Material provided:
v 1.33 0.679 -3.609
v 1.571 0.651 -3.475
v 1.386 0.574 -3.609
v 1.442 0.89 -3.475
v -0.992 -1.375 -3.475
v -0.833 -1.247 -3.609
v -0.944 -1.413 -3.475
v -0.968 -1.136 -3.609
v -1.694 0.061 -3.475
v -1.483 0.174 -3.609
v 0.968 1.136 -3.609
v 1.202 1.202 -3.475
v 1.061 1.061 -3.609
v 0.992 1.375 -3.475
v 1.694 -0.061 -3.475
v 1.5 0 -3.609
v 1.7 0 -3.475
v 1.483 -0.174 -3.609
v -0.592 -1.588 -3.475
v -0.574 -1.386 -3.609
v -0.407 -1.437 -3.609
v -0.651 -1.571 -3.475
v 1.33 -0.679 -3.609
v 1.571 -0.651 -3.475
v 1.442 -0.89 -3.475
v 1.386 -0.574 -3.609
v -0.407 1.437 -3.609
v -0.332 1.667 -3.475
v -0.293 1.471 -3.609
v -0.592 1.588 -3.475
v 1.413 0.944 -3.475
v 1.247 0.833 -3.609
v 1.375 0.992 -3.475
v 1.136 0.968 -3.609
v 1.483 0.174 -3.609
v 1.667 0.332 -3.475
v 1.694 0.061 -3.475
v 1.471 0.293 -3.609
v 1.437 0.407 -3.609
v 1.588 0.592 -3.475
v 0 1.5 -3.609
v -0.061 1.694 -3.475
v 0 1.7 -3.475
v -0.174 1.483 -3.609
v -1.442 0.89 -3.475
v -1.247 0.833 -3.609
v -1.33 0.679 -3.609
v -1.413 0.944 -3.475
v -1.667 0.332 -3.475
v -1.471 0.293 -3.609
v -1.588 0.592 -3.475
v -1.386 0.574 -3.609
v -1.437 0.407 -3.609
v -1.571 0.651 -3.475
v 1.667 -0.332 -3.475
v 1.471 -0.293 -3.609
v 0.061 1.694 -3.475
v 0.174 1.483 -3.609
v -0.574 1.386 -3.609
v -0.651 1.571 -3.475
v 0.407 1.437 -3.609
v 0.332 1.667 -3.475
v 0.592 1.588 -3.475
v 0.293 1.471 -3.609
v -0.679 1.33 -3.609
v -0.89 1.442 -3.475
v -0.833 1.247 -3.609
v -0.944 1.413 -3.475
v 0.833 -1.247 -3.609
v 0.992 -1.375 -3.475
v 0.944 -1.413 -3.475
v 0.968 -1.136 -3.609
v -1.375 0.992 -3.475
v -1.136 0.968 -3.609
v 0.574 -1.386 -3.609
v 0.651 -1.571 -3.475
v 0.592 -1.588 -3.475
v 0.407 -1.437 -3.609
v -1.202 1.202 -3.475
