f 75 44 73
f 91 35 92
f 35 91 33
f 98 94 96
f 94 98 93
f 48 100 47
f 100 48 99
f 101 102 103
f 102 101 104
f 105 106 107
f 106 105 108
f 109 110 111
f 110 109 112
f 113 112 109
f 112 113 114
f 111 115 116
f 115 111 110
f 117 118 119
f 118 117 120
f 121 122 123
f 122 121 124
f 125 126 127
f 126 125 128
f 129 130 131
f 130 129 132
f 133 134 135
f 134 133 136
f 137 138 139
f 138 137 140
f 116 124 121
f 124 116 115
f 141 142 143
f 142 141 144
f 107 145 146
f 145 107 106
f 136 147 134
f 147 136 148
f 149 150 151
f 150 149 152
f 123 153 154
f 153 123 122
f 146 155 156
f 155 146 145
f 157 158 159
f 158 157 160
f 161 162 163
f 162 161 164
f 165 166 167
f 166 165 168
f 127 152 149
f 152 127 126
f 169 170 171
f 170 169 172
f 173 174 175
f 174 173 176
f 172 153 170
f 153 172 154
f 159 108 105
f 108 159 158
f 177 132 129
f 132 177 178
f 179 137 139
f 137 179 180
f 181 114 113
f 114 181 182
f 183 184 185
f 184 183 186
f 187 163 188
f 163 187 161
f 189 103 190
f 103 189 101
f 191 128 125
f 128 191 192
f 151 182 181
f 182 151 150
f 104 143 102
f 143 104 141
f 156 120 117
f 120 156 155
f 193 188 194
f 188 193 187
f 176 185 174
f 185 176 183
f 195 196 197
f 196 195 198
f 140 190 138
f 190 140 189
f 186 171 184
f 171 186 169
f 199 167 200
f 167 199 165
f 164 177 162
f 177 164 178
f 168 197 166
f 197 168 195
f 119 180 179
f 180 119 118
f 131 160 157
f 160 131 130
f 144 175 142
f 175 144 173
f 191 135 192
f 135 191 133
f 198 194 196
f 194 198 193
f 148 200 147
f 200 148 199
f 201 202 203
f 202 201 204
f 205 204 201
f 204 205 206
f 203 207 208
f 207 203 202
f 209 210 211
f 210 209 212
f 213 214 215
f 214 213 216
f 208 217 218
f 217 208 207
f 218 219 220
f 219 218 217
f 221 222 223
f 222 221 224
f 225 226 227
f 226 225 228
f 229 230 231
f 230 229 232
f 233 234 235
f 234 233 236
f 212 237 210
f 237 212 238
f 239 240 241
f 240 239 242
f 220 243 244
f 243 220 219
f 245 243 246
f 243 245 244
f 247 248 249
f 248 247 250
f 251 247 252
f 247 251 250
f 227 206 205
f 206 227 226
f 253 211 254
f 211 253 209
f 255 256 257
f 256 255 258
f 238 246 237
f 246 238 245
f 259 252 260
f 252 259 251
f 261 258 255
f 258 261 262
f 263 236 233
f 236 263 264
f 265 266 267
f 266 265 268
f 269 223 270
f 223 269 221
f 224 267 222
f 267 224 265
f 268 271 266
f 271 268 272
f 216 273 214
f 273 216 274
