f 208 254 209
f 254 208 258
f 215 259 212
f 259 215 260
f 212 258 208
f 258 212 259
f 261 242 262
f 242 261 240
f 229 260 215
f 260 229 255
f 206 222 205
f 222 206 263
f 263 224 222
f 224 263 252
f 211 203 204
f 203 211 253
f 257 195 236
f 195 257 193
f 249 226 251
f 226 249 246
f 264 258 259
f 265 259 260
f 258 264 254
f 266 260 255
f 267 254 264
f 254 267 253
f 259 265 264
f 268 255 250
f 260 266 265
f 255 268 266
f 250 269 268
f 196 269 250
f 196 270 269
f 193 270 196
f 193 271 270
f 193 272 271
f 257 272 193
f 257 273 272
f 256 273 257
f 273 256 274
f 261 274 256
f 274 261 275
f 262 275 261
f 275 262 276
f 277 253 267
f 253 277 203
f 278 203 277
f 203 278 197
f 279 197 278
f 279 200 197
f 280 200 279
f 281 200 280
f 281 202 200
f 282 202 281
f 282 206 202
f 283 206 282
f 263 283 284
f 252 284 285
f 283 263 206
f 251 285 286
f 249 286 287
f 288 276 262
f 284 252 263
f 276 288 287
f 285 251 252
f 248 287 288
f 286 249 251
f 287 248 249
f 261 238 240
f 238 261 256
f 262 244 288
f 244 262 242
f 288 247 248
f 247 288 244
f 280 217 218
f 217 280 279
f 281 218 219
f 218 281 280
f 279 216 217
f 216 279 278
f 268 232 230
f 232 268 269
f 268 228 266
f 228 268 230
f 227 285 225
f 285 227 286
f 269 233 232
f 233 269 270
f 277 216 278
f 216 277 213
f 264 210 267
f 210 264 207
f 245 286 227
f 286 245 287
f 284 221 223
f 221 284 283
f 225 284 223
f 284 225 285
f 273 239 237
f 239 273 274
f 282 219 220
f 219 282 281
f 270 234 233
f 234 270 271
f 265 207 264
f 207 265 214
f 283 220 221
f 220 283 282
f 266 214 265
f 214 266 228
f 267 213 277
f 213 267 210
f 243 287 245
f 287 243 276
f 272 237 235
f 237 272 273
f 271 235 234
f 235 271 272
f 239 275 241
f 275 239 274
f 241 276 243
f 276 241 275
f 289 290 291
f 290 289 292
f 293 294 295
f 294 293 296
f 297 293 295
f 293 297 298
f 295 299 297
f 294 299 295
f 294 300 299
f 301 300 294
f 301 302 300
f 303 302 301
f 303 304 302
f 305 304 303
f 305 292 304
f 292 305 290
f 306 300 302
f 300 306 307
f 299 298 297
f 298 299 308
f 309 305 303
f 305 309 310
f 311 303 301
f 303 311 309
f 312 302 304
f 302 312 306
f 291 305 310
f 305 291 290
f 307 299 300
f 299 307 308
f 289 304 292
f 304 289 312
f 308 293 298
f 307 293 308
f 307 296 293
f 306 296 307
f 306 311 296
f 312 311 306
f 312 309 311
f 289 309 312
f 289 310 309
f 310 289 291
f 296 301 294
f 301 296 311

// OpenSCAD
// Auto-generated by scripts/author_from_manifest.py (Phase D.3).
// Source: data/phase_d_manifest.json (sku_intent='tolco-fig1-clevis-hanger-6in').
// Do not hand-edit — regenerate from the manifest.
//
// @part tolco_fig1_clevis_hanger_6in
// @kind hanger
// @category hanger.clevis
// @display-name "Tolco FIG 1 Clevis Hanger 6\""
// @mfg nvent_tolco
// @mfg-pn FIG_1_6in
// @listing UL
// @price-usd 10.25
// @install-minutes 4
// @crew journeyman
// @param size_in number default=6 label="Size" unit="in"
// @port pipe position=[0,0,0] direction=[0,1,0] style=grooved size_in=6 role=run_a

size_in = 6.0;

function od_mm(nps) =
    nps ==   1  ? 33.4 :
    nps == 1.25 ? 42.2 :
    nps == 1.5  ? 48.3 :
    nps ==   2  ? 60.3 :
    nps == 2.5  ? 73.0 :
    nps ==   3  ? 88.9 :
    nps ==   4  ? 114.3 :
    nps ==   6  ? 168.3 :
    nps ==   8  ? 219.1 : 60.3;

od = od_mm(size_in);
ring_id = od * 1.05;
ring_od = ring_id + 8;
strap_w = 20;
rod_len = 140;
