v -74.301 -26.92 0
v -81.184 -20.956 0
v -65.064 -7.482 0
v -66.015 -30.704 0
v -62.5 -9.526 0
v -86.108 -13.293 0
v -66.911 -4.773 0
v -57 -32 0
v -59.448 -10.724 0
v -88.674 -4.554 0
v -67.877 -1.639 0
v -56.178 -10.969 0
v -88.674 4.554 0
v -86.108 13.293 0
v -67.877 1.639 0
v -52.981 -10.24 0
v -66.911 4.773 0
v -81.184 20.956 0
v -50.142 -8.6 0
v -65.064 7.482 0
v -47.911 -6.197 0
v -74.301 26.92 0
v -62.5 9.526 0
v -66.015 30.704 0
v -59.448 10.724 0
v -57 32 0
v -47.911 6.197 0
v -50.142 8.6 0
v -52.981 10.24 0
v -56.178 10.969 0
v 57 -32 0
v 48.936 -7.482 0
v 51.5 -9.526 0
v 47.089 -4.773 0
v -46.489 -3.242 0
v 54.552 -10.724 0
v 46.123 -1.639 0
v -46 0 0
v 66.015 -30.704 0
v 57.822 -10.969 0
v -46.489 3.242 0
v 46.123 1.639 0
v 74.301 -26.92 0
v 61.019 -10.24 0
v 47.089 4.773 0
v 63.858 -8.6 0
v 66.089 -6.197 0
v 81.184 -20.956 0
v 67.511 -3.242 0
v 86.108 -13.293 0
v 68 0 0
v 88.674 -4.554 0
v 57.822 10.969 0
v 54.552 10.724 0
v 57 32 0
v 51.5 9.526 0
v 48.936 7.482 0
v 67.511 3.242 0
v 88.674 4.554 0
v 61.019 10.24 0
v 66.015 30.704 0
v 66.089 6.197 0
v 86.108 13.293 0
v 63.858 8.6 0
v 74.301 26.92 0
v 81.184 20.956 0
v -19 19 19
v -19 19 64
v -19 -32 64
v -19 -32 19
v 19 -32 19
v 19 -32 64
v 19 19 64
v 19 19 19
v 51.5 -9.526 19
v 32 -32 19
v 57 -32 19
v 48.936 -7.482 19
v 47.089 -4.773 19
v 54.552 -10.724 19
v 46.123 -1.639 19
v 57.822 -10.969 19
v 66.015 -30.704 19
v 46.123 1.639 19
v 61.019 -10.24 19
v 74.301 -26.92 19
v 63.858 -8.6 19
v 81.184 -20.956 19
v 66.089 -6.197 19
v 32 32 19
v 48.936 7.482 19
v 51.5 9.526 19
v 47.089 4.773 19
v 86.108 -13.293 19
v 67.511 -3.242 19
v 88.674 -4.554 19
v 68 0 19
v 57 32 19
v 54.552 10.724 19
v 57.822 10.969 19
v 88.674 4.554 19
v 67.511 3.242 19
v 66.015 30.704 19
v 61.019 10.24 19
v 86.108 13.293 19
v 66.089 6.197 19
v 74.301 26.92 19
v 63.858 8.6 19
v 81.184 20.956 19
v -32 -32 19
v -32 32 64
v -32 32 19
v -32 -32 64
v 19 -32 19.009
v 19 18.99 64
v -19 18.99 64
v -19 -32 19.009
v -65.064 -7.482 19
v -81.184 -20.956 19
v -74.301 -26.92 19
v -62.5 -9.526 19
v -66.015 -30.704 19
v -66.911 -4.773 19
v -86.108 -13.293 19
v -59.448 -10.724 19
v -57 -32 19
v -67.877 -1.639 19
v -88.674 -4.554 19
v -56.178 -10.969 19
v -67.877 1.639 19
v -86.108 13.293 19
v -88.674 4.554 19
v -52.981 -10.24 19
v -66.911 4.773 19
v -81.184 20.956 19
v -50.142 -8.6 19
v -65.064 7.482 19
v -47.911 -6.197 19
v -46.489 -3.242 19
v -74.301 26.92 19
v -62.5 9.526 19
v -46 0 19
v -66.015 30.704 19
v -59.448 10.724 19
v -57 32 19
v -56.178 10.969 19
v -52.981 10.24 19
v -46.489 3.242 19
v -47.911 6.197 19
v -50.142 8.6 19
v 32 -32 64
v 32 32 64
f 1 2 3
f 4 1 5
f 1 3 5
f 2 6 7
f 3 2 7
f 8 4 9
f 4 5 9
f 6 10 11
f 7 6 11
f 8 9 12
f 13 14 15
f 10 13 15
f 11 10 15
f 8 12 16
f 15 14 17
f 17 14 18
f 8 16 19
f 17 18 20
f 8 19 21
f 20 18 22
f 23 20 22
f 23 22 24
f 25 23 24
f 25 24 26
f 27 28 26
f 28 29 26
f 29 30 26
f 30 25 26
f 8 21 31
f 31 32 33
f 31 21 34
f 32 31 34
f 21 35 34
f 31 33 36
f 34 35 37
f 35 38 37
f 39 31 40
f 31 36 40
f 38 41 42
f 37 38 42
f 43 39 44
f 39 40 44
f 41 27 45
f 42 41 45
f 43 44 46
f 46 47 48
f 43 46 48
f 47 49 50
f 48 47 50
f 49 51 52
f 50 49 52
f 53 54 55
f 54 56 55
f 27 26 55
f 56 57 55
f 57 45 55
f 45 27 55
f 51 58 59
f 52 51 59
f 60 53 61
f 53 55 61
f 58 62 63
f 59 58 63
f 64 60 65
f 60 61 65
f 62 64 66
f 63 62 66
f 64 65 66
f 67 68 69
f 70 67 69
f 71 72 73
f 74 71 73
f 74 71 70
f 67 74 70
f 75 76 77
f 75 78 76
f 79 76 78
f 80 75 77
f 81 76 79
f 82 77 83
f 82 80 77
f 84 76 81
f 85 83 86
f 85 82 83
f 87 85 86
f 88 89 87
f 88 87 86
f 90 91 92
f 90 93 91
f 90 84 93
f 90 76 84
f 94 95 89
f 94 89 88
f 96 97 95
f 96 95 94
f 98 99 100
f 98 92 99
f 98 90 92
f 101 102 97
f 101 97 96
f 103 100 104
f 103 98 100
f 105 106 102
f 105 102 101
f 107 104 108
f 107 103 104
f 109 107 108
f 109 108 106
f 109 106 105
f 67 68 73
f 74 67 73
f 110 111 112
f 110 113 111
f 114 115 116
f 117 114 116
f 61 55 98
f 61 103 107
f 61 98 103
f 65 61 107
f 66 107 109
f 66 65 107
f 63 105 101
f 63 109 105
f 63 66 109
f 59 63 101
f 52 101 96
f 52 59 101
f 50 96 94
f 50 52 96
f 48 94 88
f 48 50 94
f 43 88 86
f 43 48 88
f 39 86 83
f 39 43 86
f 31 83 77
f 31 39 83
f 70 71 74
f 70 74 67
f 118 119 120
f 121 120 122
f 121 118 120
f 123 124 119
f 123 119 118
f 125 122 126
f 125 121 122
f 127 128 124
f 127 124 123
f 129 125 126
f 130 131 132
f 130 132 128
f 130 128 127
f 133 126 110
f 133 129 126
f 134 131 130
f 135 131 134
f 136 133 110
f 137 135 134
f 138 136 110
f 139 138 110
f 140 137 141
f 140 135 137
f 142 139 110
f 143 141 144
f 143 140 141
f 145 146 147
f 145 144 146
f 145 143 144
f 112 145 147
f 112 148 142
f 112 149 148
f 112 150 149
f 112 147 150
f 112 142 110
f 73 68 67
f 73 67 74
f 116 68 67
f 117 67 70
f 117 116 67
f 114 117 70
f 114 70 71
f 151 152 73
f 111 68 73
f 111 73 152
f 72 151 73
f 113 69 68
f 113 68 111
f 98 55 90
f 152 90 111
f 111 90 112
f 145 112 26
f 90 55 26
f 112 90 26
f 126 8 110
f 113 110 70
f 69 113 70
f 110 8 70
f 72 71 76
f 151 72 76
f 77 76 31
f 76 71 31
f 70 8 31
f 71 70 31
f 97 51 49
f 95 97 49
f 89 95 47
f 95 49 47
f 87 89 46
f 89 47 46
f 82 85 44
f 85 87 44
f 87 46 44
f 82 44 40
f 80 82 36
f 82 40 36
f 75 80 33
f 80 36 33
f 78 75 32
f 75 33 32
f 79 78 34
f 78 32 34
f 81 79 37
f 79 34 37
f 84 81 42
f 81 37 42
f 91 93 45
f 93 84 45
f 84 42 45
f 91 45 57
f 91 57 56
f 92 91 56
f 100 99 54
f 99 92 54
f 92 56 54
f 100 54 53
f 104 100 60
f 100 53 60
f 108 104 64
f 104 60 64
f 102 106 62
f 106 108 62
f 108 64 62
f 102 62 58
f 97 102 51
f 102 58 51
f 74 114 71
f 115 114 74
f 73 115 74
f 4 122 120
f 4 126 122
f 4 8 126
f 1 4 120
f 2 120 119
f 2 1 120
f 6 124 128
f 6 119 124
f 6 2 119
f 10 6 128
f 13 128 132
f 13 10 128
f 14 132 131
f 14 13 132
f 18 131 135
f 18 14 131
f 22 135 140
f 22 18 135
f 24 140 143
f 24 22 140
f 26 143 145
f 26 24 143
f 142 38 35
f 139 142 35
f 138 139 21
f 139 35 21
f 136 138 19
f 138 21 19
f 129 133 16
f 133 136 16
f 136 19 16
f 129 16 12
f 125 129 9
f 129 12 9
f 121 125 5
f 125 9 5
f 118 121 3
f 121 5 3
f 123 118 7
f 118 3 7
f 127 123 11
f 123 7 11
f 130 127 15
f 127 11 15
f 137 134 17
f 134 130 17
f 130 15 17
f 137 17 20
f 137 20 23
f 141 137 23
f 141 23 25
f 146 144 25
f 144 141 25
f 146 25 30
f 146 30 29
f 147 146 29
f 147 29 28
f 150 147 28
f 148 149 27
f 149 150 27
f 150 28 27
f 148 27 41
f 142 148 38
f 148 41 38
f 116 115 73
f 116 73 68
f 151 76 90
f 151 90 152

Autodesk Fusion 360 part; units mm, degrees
sketch "Bottom Sketch" plane through (0, 0, 0) normal (0, 0, 1) x (1, 0, 0)
  line L0 (-57, -32) -> (57, -32)
  line L1 (57, 32) -> (-57, 32)
  circle A0 centre (-57, 0) radius 11
  circle A1 centre (57, 0) radius 11
  arc A2 (-57, 32) -> (-57, -32) centre (-57, 0) ccw
  arc A3 (57, -32) -> (57, 32) centre (57, 0) ccw
  dimension "d1" = 114
  dimension "d2" = 64
  dimension "d7" = 64
  dimension "d8" = 64
  dimension "d9" = 22
  dimension "d10" = 22
extrude "Extrude1" add sketch "Bottom Sketch" along normal blind 19 makes body 1
sketch "Main Construction" plane through (0, -32, 0) normal (0, -1, 0) x (1, 0, 0)
  line L0 (-57, 0) -> (57, 0)
  line L1 (57, 0) -> (57, 19)
  line L2 (57, 19) -> (-57, 19)
  line L3 (-57, 19) -> (-57, 0)
  line L4 (-32, 0) -> (32, 0)
  line L5 (32, 0) -> (32, 64)
  line L6 (32, 64) -> (-32, 64)
  line L7 (-32, 64) -> (-32, 0)
  dimension "d13" = 64
  dimension "d14" = 64
  dimension "d15" = 25
extrude "Extrude2" add sketch "Main Construction" against normal blind 64 contours L2 L5 L6 L7 bodies 1
sketch "Top" plane through (0, 0, 64) normal (0, 0, 1) x (-1, 0, 0)
  line L0 (32, 32) -> (-32, 32)
  line L1 (-32, 32) -> (-32, -32)
  line L2 (-32, -32) -> (32, -32)
  line L3 (32, -32) -> (32, 32)
  line L4 (19, -19) -> (19, 32) construction
  line L5 (-19, -19) -> (-19, 32) construction
  line L6 (19, -19) -> (-19, -19) construction
  line L7 (19, -19) -> (19, 32)
  line L8 (19, -19) -> (-19, -19)
  line L9 (-19, 32) -> (-19, -19)
  dimension "d18" = 38
  dimension "d19" = 13
  dimension "d20" = 13
extrude "Extrude3" cut sketch "Top" against normal blind 45 contours L0 L7 L8 L9 bodies 1
extrude "Extrude4" add sketch "Top" against normal blind 45 separate body contours L0 L7 L8 L9 makes body 2
chamfer "Chamfer1" distance 51 distance2 45 1 edges at (0, -32, 64) measured on face at (-6.3333, 2, 64) on bodies 2
sketch "Sketch5" plane through (32, 0, 0) normal (1, 0, 0) x (0, 1, 0)
  line L0 (-32, 64) -> (-32, 19)
  line L1 (-32, 19) -> (32, 19)
  line L2 (32, 19) -> (32, 64)
  line L3 (32, 64) -> (-32, 64)
  line L4 (-32, 64) -> (19, 64)
  line L5 (19, 64) -> (19, 19)
  dimension "d25" = 51
  dimension "d26" = 45
sketch "Sketch6" plane through (0, 0, 0) normal (1, 0, 0) x (0, 1, 0)
  line L0 (-32, 64) -> (-32, 19)
  line L1 (-32, 19) -> (19, 19)
sketch "Sketch4" plane through (32, 0, 0) normal (1, 0, 0) x (0, 1, 0)
  line L0 (-32, 64) -> (-32, 19)
  line L1 (-32, 19) -> (32, 19)
  line L2 (32, 19) -> (32, 64)
  line L3 (32, 64) -> (-32, 64)
  line L4 (19.1401, 64) -> (19.1401, 19)
  line L5 (-32, 19) -> (-32, 64)
  line L6 (-32, 64) -> (19.1401, 64)
equation "d20 = ( ( 64 - 38 ) / 2 ) * 1 mm"
equation "d21 = -( 64 mm - 19 mm )"
equation "d23 = -( 64 mm - 19 mm )"
equation "d26 = 64 mm - 19 mm"
equation "d28 = 64 mm - 19 mm"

What is expected:
Transcribe each line of the data above, unaltered, from the one where "f 122 121 124" appears to the one where "f 223 269 221" appears, inclusive of both.

Task response:
f 122 121 124
f 125 126 127
f 126 125 128
f 129 130 131
f 130 129 132
f 133 134 135
f 134 133 136
f 137 138 139
f 138 137 140
f 116 124 121
f 124 116 115
f 141 142 143
f 142 141 144
f 107 145 146
f 145 107 106
f 136 147 134
f 147 136 148
f 149 150 151
f 150 149 152
f 123 153 154
f 153 123 122
f 146 155 156
f 155 146 145
f 157 158 159
f 158 157 160
f 161 162 163
f 162 161 164
f 165 166 167
f 166 165 168
f 127 152 149
f 152 127 126
f 169 170 171
f 170 169 172
f 173 174 175
f 174 173 176
f 172 153 170
f 153 172 154
f 159 108 105
f 108 159 158
f 177 132 129
f 132 177 178
f 179 137 139
f 137 179 180
f 181 114 113
f 114 181 182
f 183 184 185
f 184 183 186
f 187 163 188
f 163 187 161
f 189 103 190
f 103 189 101
f 191 128 125
f 128 191 192
f 151 182 181
f 182 151 150
f 104 143 102
f 143 104 141
f 156 120 117
f 120 156 155
f 193 188 194
f 188 193 187
f 176 185 174
f 185 176 183
f 195 196 197
f 196 195 198
f 140 190 138
f 190 140 189
f 186 171 184
f 171 186 169
f 199 167 200
f 167 199 165
f 164 177 162
f 177 164 178
f 168 197 166
f 197 168 195
f 119 180 179
f 180 119 118
f 131 160 157
f 160 131 130
f 144 175 142
f 175 144 173
f 191 135 192
f 135 191 133
f 198 194 196
f 194 198 193
f 148 200 147
f 200 148 199
f 201 202 203
f 202 201 204
f 205 204 201
f 204 205 206
f 203 207 208
f 207 203 202
f 209 210 211
f 210 209 212
f 213 214 215
f 214 213 216
f 208 217 218
f 217 208 207
f 218 219 220
f 219 218 217
f 221 222 223
f 222 221 224
f 225 226 227
f 226 225 228
f 229 230 231
f 230 229 232
f 233 234 235
f 234 233 236
f 212 237 210
f 237 212 238
f 239 240 241
f 240 239 242
f 220 243 244
f 243 220 219
f 245 243 246
f 243 245 244
f 247 248 249
f 248 247 250
f 251 247 252
f 247 251 250
f 227 206 205
f 206 227 226
f 253 211 254
f 211 253 209
f 255 256 257
f 256 255 258
f 238 246 237
f 246 238 245
f 259 252 260
f 252 259 251
f 261 258 255
f 258 261 262
f 263 236 233
f 236 263 264
f 265 266 267
f 266 265 268
f 269 223 270
f 223 269 221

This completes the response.